*** Opening Available data ***

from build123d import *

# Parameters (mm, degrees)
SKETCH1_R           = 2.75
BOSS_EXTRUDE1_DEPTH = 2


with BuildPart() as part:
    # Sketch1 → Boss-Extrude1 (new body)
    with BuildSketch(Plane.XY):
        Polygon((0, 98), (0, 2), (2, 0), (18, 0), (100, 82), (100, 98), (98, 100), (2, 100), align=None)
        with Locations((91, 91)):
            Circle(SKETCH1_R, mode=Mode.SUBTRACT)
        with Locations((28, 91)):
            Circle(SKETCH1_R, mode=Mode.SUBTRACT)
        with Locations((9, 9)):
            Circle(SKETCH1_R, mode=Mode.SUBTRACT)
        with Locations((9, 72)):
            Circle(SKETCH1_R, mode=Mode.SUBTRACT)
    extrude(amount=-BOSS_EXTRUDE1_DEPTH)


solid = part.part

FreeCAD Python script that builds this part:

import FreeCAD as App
import Part
import Sketcher

V = App.Vector
Q = App.Units.Quantity


def add_polygon(sketch, points):
    """Adds a closed chain of lines whose ends are joined by coincident constraints."""
    first, n = sketch.GeometryCount, len(points)
    for a, b in zip(points, points[1:] + points[:1]):
        sketch.addGeometry(Part.LineSegment(App.Vector(*a, 0), App.Vector(*b, 0)), False)
    for i in range(n):
        sketch.addConstraint(Sketcher.Constraint("Coincident", first + i, 2, first + (i + 1) % n, 1))

doc = App.newDocument("Part")
body = doc.addObject("PartDesign::Body", "Body")

# Sketch on XY plane
sketch1 = body.newObject("Sketcher::SketchObject", "Sketch")
sketch1.AttachmentSupport = (doc.getObject("XY_Plane"), [""])
sketch1.MapMode = "FlatFace"
add_polygon(sketch1, [(0, 98), (0, 2), (2, 0), (18, 0), (100, 82), (100, 98), (98, 100), (2, 100)])  # lines 0-7
sketch1.addGeometry(Part.Circle(V(9, 9, 0), V(0, 0, 1), 2.8), False)  # 8
sketch1.addGeometry(Part.Circle(V(9, 72, 0), V(0, 0, 1), 2.8), False)  # 9
sketch1.addGeometry(Part.Circle(V(28, 91, 0), V(0, 0, 1), 2.8), False)  # 10
sketch1.addGeometry(Part.Circle(V(91, 91, 0), V(0, 0, 1), 2.8), False)  # 11
sketch1.addConstraint([
    Sketcher.Constraint("Vertical", 0),
    Sketcher.Constraint("Horizontal", 2),
    Sketcher.Constraint("Vertical", 4),
    Sketcher.Constraint("Horizontal", 6),
    Sketcher.Constraint("Equal", 8, 9),
    Sketcher.Constraint("Equal", 9, 10),
    Sketcher.Constraint("Equal", 10, 11),
    Sketcher.Constraint("PointOnObject", 0, 2, -2),
    Sketcher.Constraint("PointOnObject", 1, 2, -1),
    Sketcher.Constraint("Perpendicular", 1, 3),
    Sketcher.Constraint("Perpendicular", 3, 5),
    Sketcher.Constraint("Perpendicular", 5, 7),
    Sketcher.Constraint("Horizontal", 10, 3, 11, 3),
    Sketcher.Constraint("Horizontal", 4, 2, 7, 2),
    Sketcher.Constraint("Vertical", 8, 3, 9, 3),
    Sketcher.Constraint("Vertical", 1, 2, 6, 2),
    Sketcher.Constraint("Equal", 6, 0),
    Sketcher.Constraint("Equal", 2, 4),
    Sketcher.Constraint("Diameter", 8, Q("5.5 mm")),
    Sketcher.Constraint("DistanceX", 2, 1, 2, 2, Q("16 mm")),
    Sketcher.Constraint("DistanceX", 6, 2, 6, 1, Q("96 mm")),
    Sketcher.Constraint("DistanceX", -1, 1, 8, 3, Q("9 mm")),
    Sketcher.Constraint("DistanceY", -1, 1, 8, 3, Q("9 mm")),
    Sketcher.Constraint("DistanceY", -1, 1, 9, 3, Q("72 mm")),
    Sketcher.Constraint("DistanceX", -1, 1, 10, 3, Q("28 mm")),
    Sketcher.Constraint("DistanceY", -1, 1, 10, 3, Q("91 mm")),
    Sketcher.Constraint("DistanceX", -1, 1, 11, 3, Q("91 mm")),
    Sketcher.Constraint("DistanceY", -1, 1, 0, 2, Q("2 mm")),
])
pad1 = body.newObject("PartDesign::Pad", "Pad")
pad1.Profile = sketch1
pad1.Length = 2
pad1.Reversed = True

doc.recompute()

*** Closing Available data ***

> _Exercise instructions_: Print exactly the lines above, between the one holding "solid = part.part" and the one holding "FreeCAD Python script", inclusive, and nothing besides.

> _Response_:
solid = part.part

FreeCAD Python script that builds this part:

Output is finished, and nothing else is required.